Your advice and recommendations would be most helpful.

I am thoroughly enjoying tether-capturing and find the opportunities for delightful experiences to be boundless.  At the moment I am using the Camranger wireless to my iPad and a laptop.

I am able to remote capture directly into LR on the laptop using the TetherTools USB cable to a low-end laptop I have been borrowing.

_*Problem:  It is excruciatingly slow to capture and "pop up" the photo as well as when I try to do some basic PR post-processing "in the field."* _(I don't know the specs of the laptop - but it pretty basic, previously used by an office for email, Word and XL. I can see the label:  Dell Ultrabook, Intel Core 15 vPro). 

*Request:  Your recommendations as to a specific laptop, or what I should specify if I have options as to the spec and features:  RAM, Processing speed, memory, USB ports, etc?  *I don't "do" videos and I am not a "gamer." 

I am going shopping for one (or via online) this weekend.

Please know that I before bothering this form I really tried to search this forum and other online sources using search terms:

_Best laptop for Adobe
Best laptop for LightRoom
Best laptop for Photoshop
Best laptop for photography
Best laptop for photo processing
Etc._

Yes there were suggestions - with no two alike.  The result is now "deer-in-the-headlights" confusion.  

Regards from tech-challenged San Antonio.

Ed


----------



## tspear (May 26, 2016)

Start with budget.
Next, what do you plan to do in the field? As in, do you want 1 hour or 8 hours of battery? Screen size?
Third, is this going to be primary editor? Temporary storage of the images?

These all play a factor in which Laptop to get.


----------



## TexasPilot (May 26, 2016)

tspear said:


> Start with budget.
> Next, what do you plan to do in the field? As in, do you want 1 hour or 8 hours of battery? Screen size?
> Third, is this going to be primary editor? Temporary storage of the images?
> 
> These all play a factor in which Laptop to get.

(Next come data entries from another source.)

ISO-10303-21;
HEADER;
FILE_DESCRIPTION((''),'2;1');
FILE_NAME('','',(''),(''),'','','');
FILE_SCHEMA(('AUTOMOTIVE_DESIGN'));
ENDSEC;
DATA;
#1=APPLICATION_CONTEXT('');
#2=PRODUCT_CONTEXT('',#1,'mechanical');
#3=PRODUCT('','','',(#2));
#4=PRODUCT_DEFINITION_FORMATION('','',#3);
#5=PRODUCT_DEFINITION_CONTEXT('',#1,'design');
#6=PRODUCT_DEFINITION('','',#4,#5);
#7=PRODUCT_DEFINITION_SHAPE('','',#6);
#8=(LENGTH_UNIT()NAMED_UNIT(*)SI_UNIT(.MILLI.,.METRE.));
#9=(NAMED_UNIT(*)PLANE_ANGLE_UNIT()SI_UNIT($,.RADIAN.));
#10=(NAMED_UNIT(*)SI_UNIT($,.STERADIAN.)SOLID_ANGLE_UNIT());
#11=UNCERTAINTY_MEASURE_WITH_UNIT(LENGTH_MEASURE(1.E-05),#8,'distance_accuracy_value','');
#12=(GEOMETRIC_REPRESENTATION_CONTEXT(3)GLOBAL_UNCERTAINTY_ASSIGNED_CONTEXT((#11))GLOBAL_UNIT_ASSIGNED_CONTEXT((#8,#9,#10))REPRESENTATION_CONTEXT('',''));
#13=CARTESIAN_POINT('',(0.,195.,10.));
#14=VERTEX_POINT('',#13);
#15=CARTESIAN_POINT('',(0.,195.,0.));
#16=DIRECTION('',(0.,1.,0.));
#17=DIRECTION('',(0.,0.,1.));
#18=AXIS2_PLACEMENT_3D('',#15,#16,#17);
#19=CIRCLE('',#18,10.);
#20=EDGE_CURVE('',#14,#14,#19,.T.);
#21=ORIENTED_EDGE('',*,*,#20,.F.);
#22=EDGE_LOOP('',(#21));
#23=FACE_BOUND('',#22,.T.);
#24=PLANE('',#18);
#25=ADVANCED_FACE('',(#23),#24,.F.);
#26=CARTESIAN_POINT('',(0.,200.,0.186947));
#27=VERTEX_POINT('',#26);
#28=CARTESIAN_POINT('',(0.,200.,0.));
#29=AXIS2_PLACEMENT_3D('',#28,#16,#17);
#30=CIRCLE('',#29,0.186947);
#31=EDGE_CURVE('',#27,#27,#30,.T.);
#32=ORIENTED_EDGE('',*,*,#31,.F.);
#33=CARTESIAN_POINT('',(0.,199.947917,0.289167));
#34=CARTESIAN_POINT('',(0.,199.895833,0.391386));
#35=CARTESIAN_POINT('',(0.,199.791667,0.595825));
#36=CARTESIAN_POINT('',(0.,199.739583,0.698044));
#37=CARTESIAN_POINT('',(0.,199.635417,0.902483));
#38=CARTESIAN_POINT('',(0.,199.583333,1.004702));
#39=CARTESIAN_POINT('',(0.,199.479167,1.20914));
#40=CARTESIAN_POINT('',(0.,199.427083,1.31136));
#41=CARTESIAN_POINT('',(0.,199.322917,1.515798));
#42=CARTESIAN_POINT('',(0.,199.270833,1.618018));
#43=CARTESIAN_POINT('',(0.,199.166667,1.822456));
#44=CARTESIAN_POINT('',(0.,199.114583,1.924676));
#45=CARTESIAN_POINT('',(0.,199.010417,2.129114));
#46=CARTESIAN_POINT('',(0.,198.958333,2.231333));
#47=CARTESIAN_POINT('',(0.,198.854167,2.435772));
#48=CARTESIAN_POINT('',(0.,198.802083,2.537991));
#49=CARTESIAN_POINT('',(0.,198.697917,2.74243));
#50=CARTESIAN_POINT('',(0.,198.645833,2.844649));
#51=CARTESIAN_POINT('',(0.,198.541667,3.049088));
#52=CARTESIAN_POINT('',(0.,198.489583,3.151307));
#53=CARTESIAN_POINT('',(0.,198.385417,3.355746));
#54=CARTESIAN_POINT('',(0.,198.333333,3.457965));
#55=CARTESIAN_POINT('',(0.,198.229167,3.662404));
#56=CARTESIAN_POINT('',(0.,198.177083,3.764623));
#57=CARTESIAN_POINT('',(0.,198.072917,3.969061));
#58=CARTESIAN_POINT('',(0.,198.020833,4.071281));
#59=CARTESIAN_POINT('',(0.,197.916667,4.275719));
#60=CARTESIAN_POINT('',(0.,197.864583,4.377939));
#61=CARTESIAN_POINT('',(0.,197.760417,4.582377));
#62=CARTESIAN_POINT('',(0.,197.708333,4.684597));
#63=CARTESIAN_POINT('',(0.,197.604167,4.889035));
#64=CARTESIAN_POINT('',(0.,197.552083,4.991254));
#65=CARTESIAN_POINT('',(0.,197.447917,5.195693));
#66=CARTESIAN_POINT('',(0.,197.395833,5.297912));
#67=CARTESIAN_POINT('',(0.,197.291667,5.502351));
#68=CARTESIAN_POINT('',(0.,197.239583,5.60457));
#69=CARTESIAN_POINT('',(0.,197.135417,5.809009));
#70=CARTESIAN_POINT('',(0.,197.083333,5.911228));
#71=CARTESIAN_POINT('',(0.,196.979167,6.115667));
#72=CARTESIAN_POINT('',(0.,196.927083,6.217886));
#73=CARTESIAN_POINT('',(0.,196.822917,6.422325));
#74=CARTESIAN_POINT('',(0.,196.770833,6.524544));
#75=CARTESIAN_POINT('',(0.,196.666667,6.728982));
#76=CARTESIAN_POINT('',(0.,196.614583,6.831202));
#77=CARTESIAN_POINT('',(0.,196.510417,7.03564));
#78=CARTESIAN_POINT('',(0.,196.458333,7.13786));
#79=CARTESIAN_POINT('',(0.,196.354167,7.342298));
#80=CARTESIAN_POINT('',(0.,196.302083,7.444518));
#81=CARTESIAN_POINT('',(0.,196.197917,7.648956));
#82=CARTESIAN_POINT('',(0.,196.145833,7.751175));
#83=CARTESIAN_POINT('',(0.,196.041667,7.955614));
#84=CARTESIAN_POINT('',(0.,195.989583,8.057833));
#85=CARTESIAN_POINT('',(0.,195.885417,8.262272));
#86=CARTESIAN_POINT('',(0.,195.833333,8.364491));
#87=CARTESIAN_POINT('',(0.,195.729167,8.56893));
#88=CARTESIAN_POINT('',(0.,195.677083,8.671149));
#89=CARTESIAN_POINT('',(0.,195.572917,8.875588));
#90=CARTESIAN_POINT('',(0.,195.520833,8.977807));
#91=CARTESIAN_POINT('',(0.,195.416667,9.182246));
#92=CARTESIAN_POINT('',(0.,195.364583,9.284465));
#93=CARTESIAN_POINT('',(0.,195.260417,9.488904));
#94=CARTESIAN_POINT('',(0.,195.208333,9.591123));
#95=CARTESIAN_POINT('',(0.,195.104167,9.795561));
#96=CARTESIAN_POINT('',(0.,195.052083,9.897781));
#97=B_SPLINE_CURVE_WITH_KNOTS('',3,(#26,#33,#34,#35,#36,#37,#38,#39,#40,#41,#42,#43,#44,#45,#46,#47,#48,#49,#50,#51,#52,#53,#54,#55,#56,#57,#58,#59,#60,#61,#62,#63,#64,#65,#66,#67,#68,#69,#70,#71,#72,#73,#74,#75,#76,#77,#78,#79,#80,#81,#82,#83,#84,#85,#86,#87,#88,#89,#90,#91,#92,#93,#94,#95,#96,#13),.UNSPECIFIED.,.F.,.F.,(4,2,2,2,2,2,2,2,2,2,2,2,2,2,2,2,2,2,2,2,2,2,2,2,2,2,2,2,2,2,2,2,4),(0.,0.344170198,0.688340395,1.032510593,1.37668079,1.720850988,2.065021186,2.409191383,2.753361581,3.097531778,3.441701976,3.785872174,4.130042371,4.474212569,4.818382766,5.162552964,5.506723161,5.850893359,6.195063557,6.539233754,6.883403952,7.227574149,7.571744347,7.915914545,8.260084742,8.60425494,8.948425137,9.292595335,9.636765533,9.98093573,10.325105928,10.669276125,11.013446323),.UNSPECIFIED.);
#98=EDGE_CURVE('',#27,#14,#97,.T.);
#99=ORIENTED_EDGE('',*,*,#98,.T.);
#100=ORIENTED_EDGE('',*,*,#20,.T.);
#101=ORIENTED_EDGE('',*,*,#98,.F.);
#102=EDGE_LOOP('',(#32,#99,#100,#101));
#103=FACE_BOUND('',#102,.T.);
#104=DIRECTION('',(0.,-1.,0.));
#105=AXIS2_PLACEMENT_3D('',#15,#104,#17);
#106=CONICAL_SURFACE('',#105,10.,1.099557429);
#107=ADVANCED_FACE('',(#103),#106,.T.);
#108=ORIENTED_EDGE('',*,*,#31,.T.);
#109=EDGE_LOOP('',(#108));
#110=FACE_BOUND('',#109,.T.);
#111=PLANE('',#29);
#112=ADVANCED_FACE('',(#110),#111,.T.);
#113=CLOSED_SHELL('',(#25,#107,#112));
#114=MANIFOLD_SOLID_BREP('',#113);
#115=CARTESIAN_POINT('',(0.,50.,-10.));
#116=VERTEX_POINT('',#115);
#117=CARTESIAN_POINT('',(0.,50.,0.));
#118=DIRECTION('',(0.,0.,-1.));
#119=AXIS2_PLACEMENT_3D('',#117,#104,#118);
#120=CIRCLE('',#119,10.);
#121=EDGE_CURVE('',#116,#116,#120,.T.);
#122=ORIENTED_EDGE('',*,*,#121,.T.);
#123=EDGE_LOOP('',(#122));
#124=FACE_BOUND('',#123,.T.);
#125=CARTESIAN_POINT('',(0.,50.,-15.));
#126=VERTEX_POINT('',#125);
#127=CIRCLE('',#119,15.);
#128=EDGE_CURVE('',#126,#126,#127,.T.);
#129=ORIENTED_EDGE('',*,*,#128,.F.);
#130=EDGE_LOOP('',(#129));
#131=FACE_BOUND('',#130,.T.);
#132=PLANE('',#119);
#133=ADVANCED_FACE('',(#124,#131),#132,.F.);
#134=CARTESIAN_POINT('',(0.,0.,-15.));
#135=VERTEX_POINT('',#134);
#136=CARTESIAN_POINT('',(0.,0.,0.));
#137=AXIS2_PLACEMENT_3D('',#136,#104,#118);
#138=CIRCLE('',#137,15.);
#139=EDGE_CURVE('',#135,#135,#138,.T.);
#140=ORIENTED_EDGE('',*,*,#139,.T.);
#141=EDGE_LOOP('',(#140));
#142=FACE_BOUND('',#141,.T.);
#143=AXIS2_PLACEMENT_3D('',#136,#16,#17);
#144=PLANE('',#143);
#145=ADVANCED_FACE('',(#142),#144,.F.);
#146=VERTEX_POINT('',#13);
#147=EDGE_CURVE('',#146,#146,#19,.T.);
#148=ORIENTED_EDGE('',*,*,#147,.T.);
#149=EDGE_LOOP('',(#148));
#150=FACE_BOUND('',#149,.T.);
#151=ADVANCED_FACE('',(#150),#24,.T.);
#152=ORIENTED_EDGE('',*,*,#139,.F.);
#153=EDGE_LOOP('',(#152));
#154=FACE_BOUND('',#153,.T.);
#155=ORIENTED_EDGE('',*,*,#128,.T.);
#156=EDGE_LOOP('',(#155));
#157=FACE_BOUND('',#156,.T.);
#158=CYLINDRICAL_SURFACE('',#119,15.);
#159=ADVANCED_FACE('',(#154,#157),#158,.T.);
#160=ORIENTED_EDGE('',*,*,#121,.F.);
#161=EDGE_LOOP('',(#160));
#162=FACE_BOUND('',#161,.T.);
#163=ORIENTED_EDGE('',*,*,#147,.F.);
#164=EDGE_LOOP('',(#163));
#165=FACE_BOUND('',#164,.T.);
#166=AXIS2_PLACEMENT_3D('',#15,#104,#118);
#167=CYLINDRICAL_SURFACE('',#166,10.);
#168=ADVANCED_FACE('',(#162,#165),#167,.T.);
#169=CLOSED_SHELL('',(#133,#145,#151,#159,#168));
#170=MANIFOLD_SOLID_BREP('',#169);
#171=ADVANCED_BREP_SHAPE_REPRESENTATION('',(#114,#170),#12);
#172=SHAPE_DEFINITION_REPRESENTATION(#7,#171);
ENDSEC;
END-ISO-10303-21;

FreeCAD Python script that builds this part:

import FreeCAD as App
import Part
import Sketcher

V = App.Vector

doc = App.newDocument("Part")
body = doc.addObject("PartDesign::Body", "Body")

# Sketch on XZ plane
sketch1 = doc.addObject("Sketcher::SketchObject", "Sketch")
body.addObject(sketch1)
sketch1.AttachmentSupport = (doc.XZ_Plane, [""])
sketch1.MapMode = "FlatFace"
sketch1.addGeometry(Part.Circle(V(0, 0, 0), V(0, 0, 1), 10), False)
sketch1.addConstraint(Sketcher.Constraint("Coincident", 0, 3, -1, 1))
sketch1.addConstraint(Sketcher.Constraint("Diameter", 0, 20.0))
pad1 = doc.addObject("PartDesign::Pad", "Pad")
body.addObject(pad1)
pad1.Profile = sketch1
pad1.Length = 195
pad1.Reversed = True

# Sketch on XZ plane
sketch2 = doc.addObject("Sketcher::SketchObject", "Sketch001")
body.addObject(sketch2)
sketch2.AttachmentSupport = (doc.XZ_Plane, [""])
sketch2.MapMode = "FlatFace"
sketch2.addGeometry(Part.Circle(V(0, 0, 0), V(0, 0, 1), 15), False)
sketch2.addConstraint(Sketcher.Constraint("Coincident", 0, 3, -1, 1))
sketch2.addConstraint(Sketcher.Constraint("Diameter", 0, 30.0))
pad2 = doc.addObject("PartDesign::Pad", "Pad001")
body.addObject(pad2)
pad2.Profile = sketch2
pad2.Length = 50
pad2.Reversed = True
body2 = doc.addObject("PartDesign::Body", "Body001")

# Sketch on XZ plane
sketch3 = doc.addObject("Sketcher::SketchObject", "Sketch002")
body2.addObject(sketch3)
sketch3.AttachmentSupport = (doc.getObject("XZ_Plane001"), [""])
sketch3.MapMode = "FlatFace"
sketch3.AttachmentOffset = App.Placement(V(0, 0, -195), App.Rotation())
sketch3.addGeometry(Part.Circle(V(0, 0, 0), V(0, 0, 1), 10), False)
sketch3.addConstraint(Sketcher.Constraint("Coincident", 0, 3, -1, 1))
sketch3.addConstraint(Sketcher.Constraint("Diameter", 0, 20.0))
pad3 = doc.addObject("PartDesign::Pad", "Pad002")
body2.addObject(pad3)
pad3.Profile = sketch3
pad3.Length = 5
pad3.Reversed = True
pad3.TaperAngle = -63

doc.recompute()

Thank you for helping me formulate the right questions. 

Budget $1000 +/-.  Maybe more.
15" screen should be fine.
Long battery life.  I go to remote stretches of West Texas and SW states.
Secondary editor.  Using it primarily for initial look with some light editing.
Temp storage.  Everything will stay on my SD cards until I get home to download and back up.
Use in the field:  Let others (and myself) see the photos as I take them.  "Immediate gratification" of seeing the images larger than on the camera monitor or the iPad.
Non-commercial.  This is my retirement avocation.

I am a Windows/PC users.  Never learned MAC/Apple.


----------



## tspear (May 26, 2016)

Get a Microsoft Surface.

Tim


----------



## TexasPilot (May 26, 2016)

tspear said:


> Get a Microsoft Surface.
> 
> Tim


 Thanks, Tim.  4 - 8 -16 GB RAM?   Don't want to overbuy but don't want to skimp on performance?

Ed


----------



## tspear (May 26, 2016)

16GB of ram. I find Lr consistently uses 2-4GB of ram. So 16 will give you room to run other applications as needed.


----------



## TexasPilot (May 26, 2016)

tspear said:


> 16GB of ram. I find Lr consistently uses 2-4GB of ram. So 16 will give you room to run other applications as needed.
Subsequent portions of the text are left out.